Full server-side validation of every parameter. Otherwise, the application would have to validate arbitrary code for correcteness and safety.
This is a simple one. Parameters are store in the DB and identical re-generation is a one-click process. Code generation requires storing (who knows how many lines of) code and an engine to re-execute it on demand. Additionally, the dependencies management could become a problem as the code generation DB grows.
Users see and can modify every parameter in the form (UI). This creates low barriers for non-coders. Otherwise, users must understand generated code to modify it.
Validation errors map to specific form fields. Code execution generates runtime errors. This are in most cases opaque and not easy to understand for non-developers.
This TS generation is limited to the superposition model. With code it is possible to express any computable time series. The flexibility tradeoff is intentional. The superposition model (mean + trend + oscillations + noise) covers the vast majority of synthetic time series use cases in industrial settings. The nonlinear trend approximation technique (long-period oscillations) extends coverage to exponential, logarithmic, and sigmoid shapes without requiring arbitrary code. Furthermore, if a a user (or myself) come up with a request that can’t be satisfactory fulfilled by the AI Agent, the prompts can be improved or extended or new mathematical tools can be added to the toolbelt the ai-agent has access to.

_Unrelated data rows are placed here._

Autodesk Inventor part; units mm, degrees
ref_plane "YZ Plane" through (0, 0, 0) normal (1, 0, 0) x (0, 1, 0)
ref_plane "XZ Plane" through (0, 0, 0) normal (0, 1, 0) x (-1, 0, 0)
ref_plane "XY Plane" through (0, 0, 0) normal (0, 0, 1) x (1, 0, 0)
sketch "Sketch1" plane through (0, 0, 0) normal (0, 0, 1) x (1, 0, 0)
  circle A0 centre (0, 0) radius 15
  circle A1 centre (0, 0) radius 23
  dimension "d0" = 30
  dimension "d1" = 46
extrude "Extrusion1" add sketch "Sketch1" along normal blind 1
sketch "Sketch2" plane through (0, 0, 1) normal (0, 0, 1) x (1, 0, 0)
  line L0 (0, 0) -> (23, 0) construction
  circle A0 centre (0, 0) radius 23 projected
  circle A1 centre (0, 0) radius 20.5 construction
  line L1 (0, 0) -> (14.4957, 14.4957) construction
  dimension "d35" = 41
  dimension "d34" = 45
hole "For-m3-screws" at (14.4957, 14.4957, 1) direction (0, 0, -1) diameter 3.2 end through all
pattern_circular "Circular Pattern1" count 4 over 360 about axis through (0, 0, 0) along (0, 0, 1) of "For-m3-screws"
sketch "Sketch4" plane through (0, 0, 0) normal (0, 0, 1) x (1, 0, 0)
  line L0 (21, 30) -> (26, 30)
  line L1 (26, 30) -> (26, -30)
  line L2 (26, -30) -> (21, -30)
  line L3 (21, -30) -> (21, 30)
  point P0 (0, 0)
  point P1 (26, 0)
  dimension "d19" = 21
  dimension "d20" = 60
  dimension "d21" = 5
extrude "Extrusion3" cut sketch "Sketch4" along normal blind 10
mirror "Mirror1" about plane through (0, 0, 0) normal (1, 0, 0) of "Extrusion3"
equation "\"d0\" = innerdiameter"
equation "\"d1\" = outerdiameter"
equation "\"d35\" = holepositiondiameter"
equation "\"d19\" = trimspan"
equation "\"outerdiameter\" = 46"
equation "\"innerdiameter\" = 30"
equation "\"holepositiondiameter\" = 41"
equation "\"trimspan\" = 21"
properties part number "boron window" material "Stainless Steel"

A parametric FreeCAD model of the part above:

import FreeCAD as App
import Part
import Sketcher

V = App.Vector
Q = App.Units.Quantity

doc = App.newDocument("Part")
body = doc.addObject("PartDesign::Body", "Body")

sketch1 = body.newObject("Sketcher::SketchObject", "Sketch")
sketch1.AttachmentSupport = (doc.getObject("XY_Plane"), [""])
sketch1.MapMode = "FlatFace"
sketch1.addGeometry(Part.Circle(V(0, 0, 0), V(0, 0, 1), 23), False)
sketch1.addGeometry(Part.Circle(V(0, 0, 0), V(0, 0, 1), 15), False)
sketch1.addConstraint(Sketcher.Constraint("Coincident", 0, 3, -1, 1))
sketch1.addConstraint(Sketcher.Constraint("Coincident", 1, 3, -1, 1))
sketch1.addConstraint(Sketcher.Constraint("Diameter", 0, Q("46 mm")))
sketch1.addConstraint(Sketcher.Constraint("Diameter", 1, Q("30 mm")))
pad1 = body.newObject("PartDesign::Pad", "Pad")
pad1.Profile = sketch1
pad1.Length = 1

sketch2 = body.newObject("Sketcher::SketchObject", "Sketch001")
sketch2.AttachmentSupport = (doc.getObject("XY_Plane"), [""])
sketch2.MapMode = "FlatFace"
sketch2.AttachmentOffset = App.Placement(V(0, 0, 1), App.Rotation())
sketch2.addGeometry(Part.Circle(V(14.5, 14.5, 0), V(0, 0, 1), 1.6), False)
sketch2.addConstraint(Sketcher.Constraint("Diameter", 0, Q("3.2 mm")))
sketch2.addConstraint(Sketcher.Constraint("DistanceX", -1, 1, 0, 3, Q("14.4957 mm")))
sketch2.addConstraint(Sketcher.Constraint("DistanceY", -1, 1, 0, 3, Q("14.4957 mm")))
doc.recompute()
hole = body.newObject("PartDesign::Hole", "Hole")
hole.Profile = sketch2
hole.ThreadType = "None"
hole.Diameter = 3.2
hole.DepthType = "ThroughAll"
doc.recompute()

polarpattern = body.newObject("PartDesign::PolarPattern", "PolarPattern")
polarpattern.Originals = [hole]
polarpattern.Axis = (doc.getObject("Z_Axis"), [""])
polarpattern.Angle = 360
polarpattern.Occurrences = 4
body.Tip = polarpattern

sketch3 = body.newObject("Sketcher::SketchObject", "Sketch002")
sketch3.AttachmentSupport = (doc.getObject("XY_Plane"), [""])
sketch3.MapMode = "FlatFace"
sketch3.addGeometry(Part.LineSegment(V(26, 30, 0), V(21, 30, 0)), False)
sketch3.addGeometry(Part.LineSegment(V(21, 30, 0), V(21, -30, 0)), False)
sketch3.addGeometry(Part.LineSegment(V(21, -30, 0), V(26, -30, 0)), False)
sketch3.addGeometry(Part.LineSegment(V(26, -30, 0), V(26, 30, 0)), False)
sketch3.addConstraint(Sketcher.Constraint("Coincident", 0, 2, 1, 1))
sketch3.addConstraint(Sketcher.Constraint("Coincident", 1, 2, 2, 1))
sketch3.addConstraint(Sketcher.Constraint("Coincident", 2, 2, 3, 1))
sketch3.addConstraint(Sketcher.Constraint("Coincident", 3, 2, 0, 1))
sketch3.addConstraint(Sketcher.Constraint("Horizontal", 0))
sketch3.addConstraint(Sketcher.Constraint("Vertical", 1))
sketch3.addConstraint(Sketcher.Constraint("Horizontal", 2))
sketch3.addConstraint(Sketcher.Constraint("Vertical", 3))
sketch3.addConstraint(Sketcher.Constraint("DistanceX", 0, 2, 0, 1, Q("5 mm")))
sketch3.addConstraint(Sketcher.Constraint("DistanceY", 1, 2, 1, 1, Q("60 mm")))
sketch3.addConstraint(Sketcher.Constraint("DistanceX", -1, 1, 0, 2, Q("21 mm")))
sketch3.addConstraint(Sketcher.Constraint("DistanceY", -1, 1, 0, 2, Q("30 mm")))
pocket1 = body.newObject("PartDesign::Pocket", "Pocket")
pocket1.Profile = sketch3
pocket1.Length = 10
pocket1.Reversed = True
doc.recompute()

mirrored = body.newObject("PartDesign::Mirrored", "Mirrored")
mirrored.Originals = [pocket1]
mirrored.MirrorPlane = (doc.getObject("YZ_Plane"), [""])
body.Tip = mirrored

doc.recompute()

While the AI-powered time series generator excels at creating controlled synthetic data with well-defined mathematical characteristics, it has inherent limitations when replicating highly complex real-world signals. The generator models signals as combinations of fundamental mathematical components (e.g. periodic oscillations, linear trends, exponential decays, and random noise). Real-world sensor data, however, often exhibits phenomena that cannot be decomposed into these simple building blocks: time-varying spectral content, complex amplitude modulation from interference effects, chaotic dynamics, fractal patterns, and non-stationary stochastic behavior. The generator is best suited for creating idealized signals for algorithm development, educational demonstrations, and controlled testing scenarios where you need precise control over signal parameters and understand the ground truth. For applications requiring high-fidelity replicas of real sensor data, such as training production machine learning models or validating systems against authentic operational conditions, you should use actual recorded data or domain-specific physics-based simulation tools. Users can achieve more realistic complexity by layering multiple signal components with varying parameters, but this remains a mathematical approximation rather than a true physical simulation of the underlying data-generating process.